Saturday, May 23, 2015

Letter of Civil War(Fictional)

Remember those who paid the ultimate sacrifice for the freedoms and rights that we enjoy on this Memorial Day weekend!


July 12, 1861
Dear Mom,


It’s been so long since I’ve heard from you, all the way in California. I hope you and dad are still healthy and kicking butt. Thanks a lot for the that huge yellow scarf you got me. I had no need for it back at home, but here, up North, it’s one of my top ten most needed items. Try to say hi to our neighbors for me if you can. You know, like old Kingsley, Ms. Patty...... and the dog, Bonny. I miss everything there.

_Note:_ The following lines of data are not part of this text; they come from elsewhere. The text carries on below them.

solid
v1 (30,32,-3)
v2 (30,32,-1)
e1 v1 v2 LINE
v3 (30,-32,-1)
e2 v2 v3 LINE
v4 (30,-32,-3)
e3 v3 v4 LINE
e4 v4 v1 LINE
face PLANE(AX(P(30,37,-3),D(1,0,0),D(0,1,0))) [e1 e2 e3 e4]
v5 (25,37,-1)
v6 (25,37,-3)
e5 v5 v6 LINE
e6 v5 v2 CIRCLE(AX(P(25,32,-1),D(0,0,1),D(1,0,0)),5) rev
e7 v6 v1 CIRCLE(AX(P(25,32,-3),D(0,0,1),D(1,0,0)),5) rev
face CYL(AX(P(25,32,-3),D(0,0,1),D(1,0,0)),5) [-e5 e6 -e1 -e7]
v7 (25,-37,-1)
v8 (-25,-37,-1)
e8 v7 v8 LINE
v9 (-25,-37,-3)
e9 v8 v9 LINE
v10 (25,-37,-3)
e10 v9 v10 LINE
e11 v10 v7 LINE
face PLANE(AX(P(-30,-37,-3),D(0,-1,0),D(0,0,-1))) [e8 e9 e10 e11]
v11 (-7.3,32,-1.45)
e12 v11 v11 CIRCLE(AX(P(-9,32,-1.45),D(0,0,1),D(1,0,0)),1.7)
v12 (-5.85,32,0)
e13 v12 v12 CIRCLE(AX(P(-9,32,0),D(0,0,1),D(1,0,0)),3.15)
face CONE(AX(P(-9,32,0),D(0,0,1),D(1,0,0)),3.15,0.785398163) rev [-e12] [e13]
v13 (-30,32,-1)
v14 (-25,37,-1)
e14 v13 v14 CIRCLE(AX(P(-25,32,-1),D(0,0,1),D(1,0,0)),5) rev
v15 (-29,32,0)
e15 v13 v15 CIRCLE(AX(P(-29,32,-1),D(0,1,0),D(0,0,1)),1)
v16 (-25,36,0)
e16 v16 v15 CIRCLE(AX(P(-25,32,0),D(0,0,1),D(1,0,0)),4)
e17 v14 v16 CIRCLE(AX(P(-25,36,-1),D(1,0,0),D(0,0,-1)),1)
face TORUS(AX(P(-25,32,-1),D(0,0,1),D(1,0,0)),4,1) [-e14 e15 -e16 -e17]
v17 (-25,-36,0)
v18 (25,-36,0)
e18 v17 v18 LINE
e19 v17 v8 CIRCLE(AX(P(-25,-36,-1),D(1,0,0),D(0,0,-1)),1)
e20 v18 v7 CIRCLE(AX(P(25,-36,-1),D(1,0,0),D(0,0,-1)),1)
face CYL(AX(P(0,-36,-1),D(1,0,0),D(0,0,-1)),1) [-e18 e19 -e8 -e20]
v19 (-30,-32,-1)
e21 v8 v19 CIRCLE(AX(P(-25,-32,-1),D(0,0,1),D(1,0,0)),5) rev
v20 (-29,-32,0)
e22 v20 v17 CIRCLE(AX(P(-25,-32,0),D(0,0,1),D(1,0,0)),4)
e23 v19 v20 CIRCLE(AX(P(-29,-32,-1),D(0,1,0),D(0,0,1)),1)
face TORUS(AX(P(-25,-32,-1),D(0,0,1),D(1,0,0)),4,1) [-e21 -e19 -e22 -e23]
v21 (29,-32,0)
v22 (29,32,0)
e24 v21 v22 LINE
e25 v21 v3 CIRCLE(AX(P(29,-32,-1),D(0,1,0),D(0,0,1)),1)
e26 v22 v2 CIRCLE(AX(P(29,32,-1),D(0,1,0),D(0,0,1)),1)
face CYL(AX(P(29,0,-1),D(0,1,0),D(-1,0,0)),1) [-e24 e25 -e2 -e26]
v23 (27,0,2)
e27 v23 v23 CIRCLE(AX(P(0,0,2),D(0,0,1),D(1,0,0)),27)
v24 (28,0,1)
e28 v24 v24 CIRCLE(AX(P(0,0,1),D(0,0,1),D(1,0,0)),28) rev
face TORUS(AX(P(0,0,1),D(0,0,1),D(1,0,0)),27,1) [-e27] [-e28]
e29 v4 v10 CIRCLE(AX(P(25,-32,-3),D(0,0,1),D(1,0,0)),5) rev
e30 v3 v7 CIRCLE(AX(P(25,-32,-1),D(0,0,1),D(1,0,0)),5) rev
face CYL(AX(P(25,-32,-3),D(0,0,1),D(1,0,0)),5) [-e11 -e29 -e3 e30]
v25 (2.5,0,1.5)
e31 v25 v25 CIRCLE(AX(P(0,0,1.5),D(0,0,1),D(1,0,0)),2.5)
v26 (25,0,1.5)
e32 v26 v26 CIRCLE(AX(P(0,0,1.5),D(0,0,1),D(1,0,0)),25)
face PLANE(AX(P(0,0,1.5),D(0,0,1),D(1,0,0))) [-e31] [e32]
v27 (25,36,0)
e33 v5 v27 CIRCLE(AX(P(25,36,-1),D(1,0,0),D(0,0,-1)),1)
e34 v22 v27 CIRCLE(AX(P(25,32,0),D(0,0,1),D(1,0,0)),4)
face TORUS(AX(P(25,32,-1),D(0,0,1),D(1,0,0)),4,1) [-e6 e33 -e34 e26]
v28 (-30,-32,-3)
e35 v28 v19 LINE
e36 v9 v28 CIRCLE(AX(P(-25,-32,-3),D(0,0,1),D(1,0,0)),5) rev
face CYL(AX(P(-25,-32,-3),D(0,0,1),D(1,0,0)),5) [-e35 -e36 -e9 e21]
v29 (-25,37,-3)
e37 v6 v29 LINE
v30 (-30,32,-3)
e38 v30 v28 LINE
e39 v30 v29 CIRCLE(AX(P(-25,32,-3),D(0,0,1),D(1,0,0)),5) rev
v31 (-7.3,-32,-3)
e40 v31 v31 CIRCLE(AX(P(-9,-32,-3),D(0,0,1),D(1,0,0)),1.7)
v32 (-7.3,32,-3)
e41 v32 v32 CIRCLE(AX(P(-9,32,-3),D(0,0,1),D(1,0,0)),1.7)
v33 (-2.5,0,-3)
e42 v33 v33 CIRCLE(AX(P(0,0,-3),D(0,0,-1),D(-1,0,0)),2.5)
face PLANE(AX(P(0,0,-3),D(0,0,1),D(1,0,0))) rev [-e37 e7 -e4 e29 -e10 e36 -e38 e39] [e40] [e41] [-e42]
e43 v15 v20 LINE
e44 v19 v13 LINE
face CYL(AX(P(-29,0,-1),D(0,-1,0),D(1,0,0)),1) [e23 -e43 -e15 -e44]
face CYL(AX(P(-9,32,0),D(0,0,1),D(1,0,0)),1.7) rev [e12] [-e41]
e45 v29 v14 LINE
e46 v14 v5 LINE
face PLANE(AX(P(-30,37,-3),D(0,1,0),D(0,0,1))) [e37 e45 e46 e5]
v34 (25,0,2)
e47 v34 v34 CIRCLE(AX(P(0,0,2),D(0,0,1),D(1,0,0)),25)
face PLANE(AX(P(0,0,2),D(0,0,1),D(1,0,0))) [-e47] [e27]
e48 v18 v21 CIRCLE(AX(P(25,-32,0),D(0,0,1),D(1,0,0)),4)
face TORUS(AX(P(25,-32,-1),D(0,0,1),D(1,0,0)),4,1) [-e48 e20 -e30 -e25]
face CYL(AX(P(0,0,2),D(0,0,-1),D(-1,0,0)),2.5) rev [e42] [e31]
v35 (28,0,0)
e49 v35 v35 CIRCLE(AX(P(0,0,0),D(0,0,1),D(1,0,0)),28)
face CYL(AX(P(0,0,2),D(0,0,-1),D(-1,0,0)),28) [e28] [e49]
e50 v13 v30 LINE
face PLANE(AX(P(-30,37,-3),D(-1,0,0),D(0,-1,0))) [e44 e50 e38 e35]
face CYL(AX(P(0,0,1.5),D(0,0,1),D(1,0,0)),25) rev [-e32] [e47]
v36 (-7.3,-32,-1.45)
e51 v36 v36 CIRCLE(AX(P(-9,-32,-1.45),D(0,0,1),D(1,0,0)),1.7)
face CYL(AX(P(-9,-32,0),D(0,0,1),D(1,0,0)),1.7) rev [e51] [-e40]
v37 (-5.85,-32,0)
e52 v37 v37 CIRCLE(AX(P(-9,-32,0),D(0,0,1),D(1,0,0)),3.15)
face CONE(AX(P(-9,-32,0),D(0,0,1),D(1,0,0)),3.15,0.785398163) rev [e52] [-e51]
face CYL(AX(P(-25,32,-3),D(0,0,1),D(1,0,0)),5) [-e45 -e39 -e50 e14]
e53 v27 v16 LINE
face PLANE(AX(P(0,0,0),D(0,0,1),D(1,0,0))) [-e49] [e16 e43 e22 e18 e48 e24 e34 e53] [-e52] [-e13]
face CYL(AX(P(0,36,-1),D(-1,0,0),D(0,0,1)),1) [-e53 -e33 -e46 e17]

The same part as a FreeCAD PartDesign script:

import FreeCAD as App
import Part
import Sketcher

V = App.Vector
Q = App.Units.Quantity


def edges_at(feature, points):
    """Names of the edges that pass closest to the given points."""
    edges = feature.Shape.Edges
    near = lambda p: min(range(len(edges)), key=lambda i: edges[i].distToShape(Part.Vertex(*p))[0])
    return sorted({f"Edge{near(p) + 1}" for p in points})


def add_polygon(sketch, points):
    """Adds a closed chain of lines whose ends are joined by coincident constraints."""
    first, n = sketch.GeometryCount, len(points)
    for a, b in zip(points, points[1:] + points[:1]):
        sketch.addGeometry(Part.LineSegment(App.Vector(*a, 0), App.Vector(*b, 0)), False)
    for i in range(n):
        sketch.addConstraint(Sketcher.Constraint("Coincident", first + i, 2, first + (i + 1) % n, 1))

doc = App.newDocument("Part")
params = doc.addObject("Spreadsheet::Sheet", "Params")
for row, (alias, value) in enumerate([
    ("sketch1_width", "60 mm"),
    ("sketch1_height", "74 mm"),
    ("pad1_length", "3 mm"),
    ("sketch2_diameter", "56 mm"),
    ("pad2_length", "2 mm"),
    ("sketch3_diameter", "50 mm"),
    ("pocket1_length", "0.5 mm"),
    ("fillet_radius", "5 mm"),
    ("fillet2_radius", "1 mm"),
    ("sketch4_diameter", "5 mm"),
    ("sketch5_height", "3 mm"),
    ("sketch5_width", "1.7 mm"),
    ("sketch5_width2", "3.15 mm"),
    ("groove_angle", "360 deg"),
    ("linearpattern_pitch", "64 mm"),
], start=1):
    params.set(f"A{row}", alias)
    params.set(f"B{row}", "=" + value)
    params.setAlias(f"B{row}", alias)

body = doc.addObject("PartDesign::Body", "Body")

# Sketch on XY plane
sketch1 = doc.addObject("Sketcher::SketchObject", "Sketch")
body.addObject(sketch1)
sketch1.AttachmentSupport = (doc.XY_Plane, [""])
sketch1.MapMode = "FlatFace"
add_polygon(sketch1, [(-30, 37), (-30, -37), (30, -37), (30, 37)])  # lines 0-3
sketch1.addConstraint([
    Sketcher.Constraint("Vertical", 0),
    Sketcher.Constraint("Horizontal", 1),
    Sketcher.Constraint("Vertical", 2),
    Sketcher.Constraint("Horizontal", 3),
    Sketcher.Constraint("Symmetric", 0, 2, 2, 2, -1, 1),
    Sketcher.Constraint("DistanceX", 1, 1, 1, 2, 60.0),
    Sketcher.Constraint("DistanceY", 0, 2, 0, 1, 74.0),
])
sketch1.setExpression("Constraints[9]", "Params.sketch1_width")
sketch1.setExpression("Constraints[10]", "Params.sketch1_height")
pad1 = doc.addObject("PartDesign::Pad", "Pad")
body.addObject(pad1)
pad1.Profile = sketch1
pad1.setExpression("Length", "Params.pad1_length")
pad1.Reversed = True

# Sketch on XY plane
sketch2 = doc.addObject("Sketcher::SketchObject", "Sketch001")
body.addObject(sketch2)
sketch2.AttachmentSupport = (doc.XY_Plane, [""])
sketch2.MapMode = "FlatFace"
sketch2.addGeometry(Part.Circle(V(0, 0, 0), V(0, 0, 1), 28), False)
sketch2.addConstraint([
    Sketcher.Constraint("Coincident", 0, 3, -1, 1),
    Sketcher.Constraint("Diameter", 0, 56.0),
])
sketch2.setExpression("Constraints[1]", "Params.sketch2_diameter")
pad2 = doc.addObject("PartDesign::Pad", "Pad001")
body.addObject(pad2)
pad2.Profile = sketch2
pad2.setExpression("Length", "Params.pad2_length")

# Sketch on XY plane
sketch3 = doc.addObject("Sketcher::SketchObject", "Sketch002")
body.addObject(sketch3)
sketch3.AttachmentSupport = (doc.XY_Plane, [""])
sketch3.MapMode = "FlatFace"
sketch3.AttachmentOffset = App.Placement(V(0, 0, 2), App.Rotation())
sketch3.addGeometry(Part.Circle(V(0, 0, 0), V(0, 0, 1), 25), False)
sketch3.addConstraint([
    Sketcher.Constraint("Coincident", 0, 3, -1, 1),
    Sketcher.Constraint("Diameter", 0, 50.0),
])
sketch3.setExpression("Constraints[1]", "Params.sketch3_diameter")
pocket1 = doc.addObject("PartDesign::Pocket", "Pocket")
body.addObject(pocket1)
pocket1.Profile = sketch3
pocket1.setExpression("Length", "Params.pocket1_length")
doc.recompute()

fillet = doc.addObject("PartDesign::Fillet", "Fillet")
body.addObject(fillet)
fillet.Base = (pocket1, edges_at(pocket1, [
    (-30, 37, -1.5),
    (30, 37, -1.5),
    (30, -37, -1.5),
    (-30, -37, -1.5),
]))
fillet.setExpression("Radius", "Params.fillet_radius")
doc.recompute()

fillet2 = doc.addObject("PartDesign::Fillet", "Fillet001")
body.addObject(fillet2)
fillet2.Base = (fillet, edges_at(fillet, [
    (-28, 0, 2),
    (0, -37, 0),
    (-30, 0, 0),
    (30, 0, 0),
    (0, 37, 0),
    (-28.536, 35.536, 0),
    (28.536, 35.536, 0),
    (-28.536, -35.536, 0),
    (28.536, -35.536, 0),
]))
fillet2.setExpression("Radius", "Params.fillet2_radius")

# Sketch on XY plane
sketch4 = doc.addObject("Sketcher::SketchObject", "Sketch003")
body.addObject(sketch4)
sketch4.AttachmentSupport = (doc.XY_Plane, [""])
sketch4.MapMode = "FlatFace"
sketch4.AttachmentOffset = App.Placement(V(0, 0, -3), App.Rotation())
sketch4.addGeometry(Part.Circle(V(0, 0, 0), V(0, 0, 1), 2.5), False)
sketch4.addConstraint([
    Sketcher.Constraint("Coincident", 0, 3, -1, 1),
    Sketcher.Constraint("Diameter", 0, 5.0),
])
sketch4.setExpression("Constraints[1]", "Params.sketch4_diameter")
pocket2 = doc.addObject("PartDesign::Pocket", "Pocket001")
body.addObject(pocket2)
pocket2.Profile = sketch4
pocket2.Type = "ThroughAll"
pocket2.Reversed = True

# Sketch on YZ plane
sketch5 = doc.addObject("Sketcher::SketchObject", "Sketch004")
body.addObject(sketch5)
sketch5.AttachmentSupport = (doc.YZ_Plane, [""])
sketch5.MapMode = "FlatFace"
sketch5.AttachmentOffset = App.Placement(V(0, 0, -9), App.Rotation())
add_polygon(sketch5, [(32, -3), (32, 0), (28.9, 0), (30.3, -1.4), (30.3, -3)])  # lines 0-4
sketch5.addGeometry(Part.LineSegment(V(32, 0, 0), V(32, -3, 0)), True)  # axis
sketch5.addConstraint([
    Sketcher.Constraint("Vertical", 0),
    Sketcher.Constraint("Horizontal", 1),
    Sketcher.Constraint("Vertical", 3),
    Sketcher.Constraint("Horizontal", 4),
    Sketcher.Constraint("Vertical", 5),
    Sketcher.Constraint("Coincident", 5, 1, 0, 2),
    Sketcher.Constraint("PointOnObject", 0, 2, -1),
    Sketcher.Constraint("Horizontal", 3, 2, 5, 2),
    Sketcher.Constraint("DistanceY", 0, 1, 0, 2, 3.0),
    Sketcher.Constraint("Angle", 2, Q("-45 deg")),
    Sketcher.Constraint("DistanceX", 4, 1, 4, 2, 1.7),
    Sketcher.Constraint("DistanceX", -1, 1, 0, 2, 32.0),
    Sketcher.Constraint("DistanceX", 1, 2, 1, 1, 3.15),
])
sketch5.setExpression("Constraints[13]", "Params.sketch5_height")
sketch5.setExpression("Constraints[15]", "Params.sketch5_width")
sketch5.setExpression("Constraints[17]", "Params.sketch5_width2")
groove = doc.addObject("PartDesign::Groove", "Groove")
body.addObject(groove)
groove.Profile = sketch5
groove.ReferenceAxis = (sketch5, ["Axis0"])
groove.setExpression("Angle", "Params.groove_angle")
doc.recompute()

linearpattern = doc.addObject("PartDesign::LinearPattern", "LinearPattern")
body.addObject(linearpattern)
linearpattern.Originals = [groove]
linearpattern.Direction = (doc.Y_Axis, [""])
linearpattern.Mode = "offset"
linearpattern.setExpression("Offset", "Params.linearpattern_pitch")
linearpattern.Occurrences = 2
linearpattern.Reversed = True
body.Tip = linearpattern

doc.recompute()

You know about the war that’s brewing, right? Everyone’s taking sides, North or South. I am supporting the North, just like you told me. Now I see the sense in your reasons about not helping slavery continue. I mean, African American people are still people. We can’t just let them continue to be treated like animals. I have a new friend, Billy, who’s from a rich South Carolina plantation family. He and one of his brothers came up to support the North, and he’s told me the truth about the slavery in the South. Billy says that his dad is a harsh man, and deaths among the South’s slaves were common. As far as Billy could remember, six slaves have died on his family’s plantation, four from infections due to beating, and two from disease. I know this isn’t happy talk, but I just thought you’d like to know that I am more assured about the choice we made in this war.


For the past six months, I have been working at the main telegraph station where President Lincoln and his advisors send messages to the Union’s field commanders. Usually, the messages are about the overall strategies of which towns to take and things like that. President Lincoln seems like a nice enough man, although he always has a lot of information for us to tell the field commanders, keeping us working most of the time. The amount of work pressed upon us was to the #1 reason I couldn’t write to you sooner. But still, the pay is surprisingly good, as I am one of the primary telegraphers, and the load has slackened, as the oncoming battle is Bull Run, one that every Union general thinks is going to be an easy victory. By the time you receive this letter, Bull Run will most likely have been already won.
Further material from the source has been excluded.